246P - Axillary management and outcomes after neoadjuvant endocrine therapy in the randomized PELOPS trial

Background

There is limited data to guide axillary surgery after neoadjuvant endocrine therapy (NET). Here we report axillary status, surgery and outcomes among patients (pts) enrolled to the Palbociclib and Endocrine therapy for LObular breast cancer Preoperative Study (PELOPS).

Methods

Women with cT >1.5cm, N0-3, hormone receptor-positive, HER2-negative breast cancer were randomized 2:1 to NET + Palbociclib (Palbo) vs NET for 24 weeks. Node-positive (cN+) disease was biopsy-proven. Axillary surgery (sentinel lymph node biopsy (SLNB) +/- axillary dissection (ALND)) and nodal evaluation (H&E +/- IHC) were not protocolized. Pre-specified exploratory endpoints were ypN+ rates, local-regional recurrence-free interval (LRFI), and breast cancer-specific survival (BCSS), compared by univariate Cox proportional hazards model.

Results

188 pts were analyzed (128 treated with NET + Palbo, 60 NET). Median age was 56.5 yrs (range 32.0-83.0); 82 (43.6%) had lobular cancer, 99 (52.7%) were cN0, 84 (44.7%) cN+, 5 (2.6%) unknown cN. Of pts with known cN/ypN status, rates of ypN+ disease were 37/92 (40.2%) and 68/77 (88.3%) among cN0 and cN+ patients, respectively (14 unknown ypN). After NET + Palbo, 24/63 (38.1%) cN0 pts were ypN+ and 6/55 (10.9%) cN+ pts had a nodal pCR; after NET alone, 13/29 (44.8%) cN0 pts were ypN+ and 3/22 (13.6%) cN+ pts had a nodal pCR (Table). At a median follow-up of 4.65 yrs (IQR 3.66, 5.56), there was no difference in LRFI by treatment arm. Overall, among 108 ypN+ pts, 26 (24.1%) underwent SLNB, 82 (75.9%) ALND, 99 (91.7%) radiation, and there was no difference in LRFI or BCSS based on the performance of SLNB or ALND (unadjusted HR 1.55 [0.30, 7.92], p=0.59 and 1.10 [0.12, 9.96], p=0.934, respectively). Table: 246P

Conclusions

The addition of Palbo to NET did not impact pathologic nodal outcomes: nodal pCR rates were 10.9% after NET + Palbo and 13.6% after NET. Among those with ypN+ disease, neither LRFI nor BCSS appears to be impacted by the performance of ALND.
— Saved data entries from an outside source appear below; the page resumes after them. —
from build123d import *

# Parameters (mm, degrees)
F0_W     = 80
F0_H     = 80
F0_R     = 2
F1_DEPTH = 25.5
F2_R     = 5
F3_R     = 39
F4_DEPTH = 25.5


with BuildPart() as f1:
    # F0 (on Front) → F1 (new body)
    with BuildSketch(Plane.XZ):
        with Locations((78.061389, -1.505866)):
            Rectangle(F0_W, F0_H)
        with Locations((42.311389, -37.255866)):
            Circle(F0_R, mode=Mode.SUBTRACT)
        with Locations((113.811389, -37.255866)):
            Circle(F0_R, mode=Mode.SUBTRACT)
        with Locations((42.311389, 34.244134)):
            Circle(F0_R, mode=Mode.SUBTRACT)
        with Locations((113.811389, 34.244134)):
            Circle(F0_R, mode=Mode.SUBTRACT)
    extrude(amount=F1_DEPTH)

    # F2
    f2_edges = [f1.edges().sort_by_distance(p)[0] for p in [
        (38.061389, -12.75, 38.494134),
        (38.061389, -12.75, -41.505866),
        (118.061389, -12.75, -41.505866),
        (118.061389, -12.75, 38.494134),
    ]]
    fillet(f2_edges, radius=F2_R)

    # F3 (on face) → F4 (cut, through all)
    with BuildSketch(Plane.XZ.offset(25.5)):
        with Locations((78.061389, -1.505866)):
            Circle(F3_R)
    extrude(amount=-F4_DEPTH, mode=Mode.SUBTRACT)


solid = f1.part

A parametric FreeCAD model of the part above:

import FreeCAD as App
import Part
import Sketcher
Q = App.Units.Quantity


def edges_at(feature, points):
    """Names of the edges that pass closest to the given points."""
    edges = feature.Shape.Edges
    near = lambda p: min(range(len(edges)), key=lambda i: edges[i].distToShape(Part.Vertex(*p))[0])
    return sorted({f"Edge{near(p) + 1}" for p in points})

doc = App.newDocument("Part")
body = doc.addObject("PartDesign::Body", "Body")

sketch1 = doc.addObject("Sketcher::SketchObject", "Sketch")
body.addObject(sketch1)
sketch1.AttachmentSupport = (doc.XZ_Plane, [""])
sketch1.MapMode = "FlatFace"
sketch1.addGeometry([
    Part.LineSegment(App.Vector(38.061389, 38.494134, 0), App.Vector(38.061389, -41.505866, 0)),
    Part.LineSegment(App.Vector(38.061389, -41.505866, 0), App.Vector(118.061389, -41.505866, 0)),
    Part.LineSegment(App.Vector(118.061389, -41.505866, 0), App.Vector(118.061389, 38.494134, 0)),
    Part.LineSegment(App.Vector(118.061389, 38.494134, 0), App.Vector(38.061389, 38.494134, 0)),
    Part.Circle(App.Vector(42.311389, -37.255866, 0), App.Vector(0, 0, 1), 2),
    Part.Circle(App.Vector(113.811389, -37.255866, 0), App.Vector(0, 0, 1), 2),
    Part.Circle(App.Vector(42.311389, 34.244134, 0), App.Vector(0, 0, 1), 2),
    Part.Circle(App.Vector(113.811389, 34.244134, 0), App.Vector(0, 0, 1), 2),
], False)
sketch1.addConstraint([
    Sketcher.Constraint("Coincident", 0, 2, 1, 1),
    Sketcher.Constraint("Coincident", 1, 2, 2, 1),
    Sketcher.Constraint("Coincident", 2, 2, 3, 1),
    Sketcher.Constraint("Coincident", 3, 2, 0, 1),
    Sketcher.Constraint("Vertical", 0),
    Sketcher.Constraint("Horizontal", 1),
    Sketcher.Constraint("Vertical", 2),
    Sketcher.Constraint("Horizontal", 3),
    Sketcher.Constraint("Equal", 4, 5),
    Sketcher.Constraint("Equal", 5, 6),
    Sketcher.Constraint("Equal", 6, 7),
    Sketcher.Constraint("Horizontal", 4, 3, 5, 3),
    Sketcher.Constraint("Horizontal", 6, 3, 7, 3),
    Sketcher.Constraint("Vertical", 4, 3, 6, 3),
    Sketcher.Constraint("Vertical", 5, 3, 7, 3),
    Sketcher.Constraint("Equal", 3, 0),
    Sketcher.Constraint("Diameter", 4, Q("4 mm")),
    Sketcher.Constraint("DistanceX", 1, 1, 1, 2, Q("80 mm")),
    Sketcher.Constraint("DistanceX", 4, 3, 5, 3, Q("71.5 mm")),
    Sketcher.Constraint("DistanceY", 4, 3, 6, 3, Q("71.5 mm")),
    Sketcher.Constraint("DistanceX", 0, 2, 4, 3, Q("4.25 mm")),
    Sketcher.Constraint("DistanceY", 0, 2, 4, 3, Q("4.25 mm")),
    Sketcher.Constraint("DistanceX", -1, 1, 4, 3, Q("42.311389 mm")),
    Sketcher.Constraint("DistanceY", 4, 3, -1, 1, Q("37.255866 mm")),
])
pad1 = doc.addObject("PartDesign::Pad", "Pad")
body.addObject(pad1)
pad1.Profile = sketch1
pad1.Length = 25.5
doc.recompute()

fillet = doc.addObject("PartDesign::Fillet", "Fillet")
body.addObject(fillet)
fillet.Base = (pad1, edges_at(pad1, [
    (38.061, -12.75, 38.494),
    (38.061, -12.75, -41.506),
    (118.061, -12.75, -41.506),
    (118.061, -12.75, 38.494),
]))
fillet.Radius = 5

sketch2 = doc.addObject("Sketcher::SketchObject", "Sketch001")
body.addObject(sketch2)
sketch2.AttachmentSupport = (doc.XZ_Plane, [""])
sketch2.MapMode = "FlatFace"
sketch2.AttachmentOffset = App.Placement(App.Vector(0, 0, 25.5), App.Rotation())
sketch2.addGeometry(Part.Circle(App.Vector(78.061389, -1.505866, 0), App.Vector(0, 0, 1), 39), False)
sketch2.addConstraint([
    Sketcher.Constraint("Diameter", 0, Q("78 mm")),
    Sketcher.Constraint("DistanceX", -1, 1, 0, 3, Q("78.061389 mm")),
    Sketcher.Constraint("DistanceY", 0, 3, -1, 1, Q("1.505866 mm")),
])
pocket1 = doc.addObject("PartDesign::Pocket", "Pocket")
body.addObject(pocket1)
pocket1.Profile = sketch2
pocket1.Type = "ThroughAll"

doc.recompute()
Clinical trial identification

NCT02764541 Dana Farber DFCI IRB: 16-052.

Editorial acknowledgement

Legal entity responsible for the study

Anna Weiss.

Funding

This work was funded by a Breast Cancer Alliance Exceptional Project Award. The PELOPS trial was supported by Pfizer.

Disclosure

A.C. Weiss: Non-Financial Interests, Institutional, Advisory Board: Myriad, Merck, Abbvie. M.A.A. Fenton: Non-Financial Interests, Institutional, Other, Spouse Consultant: Astellas. L.C. Kennedy: Non-Financial Interests, Institutional, Advisory Board: Daiichi Sankyo; Financial Interests, Institutional, Research Funding: Roche-Genentech, Puma Biotechnology. E. Mittendorf: Financial Interests, Personal, Advisory Board: Merck, BioNTech, AstraZeneca; Financial Interests, Personal, Invited Speaker: MSD; Financial Interests, Institutional, Research Grant, I have a grant from SU2C funded by Roche/Genentech that supports the conduct of a clinical trial: Roche/Genentech; Financial Interests, Institutional, Coordinating PI, Gillead provides clinical trial support to my institution for a study that I am the PI on: Gillead; Financial Interests, Personal, Steering Committee Member: Roche/Genentech, BMS; Non-Financial Interests, Member of Board of Directors: American Society of Clinical Oncology; Non-Financial Interests, Advisory Role, I serve in an advisory role as a Komen Scholar: Komen for the Cure. O. Metzger: Financial Interests, Personal, Funding, Grant funding: Pfizer; Financial Interests, Personal, Other, Personal fees: Merck & Co, Oncoclicnicas. T.A. King: Financial Interests, Personal, Advisory Board, Compensated Services and Speakers Honoraria: Exact Sciences; Financial Interests, Personal, Leadership Role, Compensated service as faculty: PrecisCa Cancer Information Service. All other authors have declared no conflicts of interest.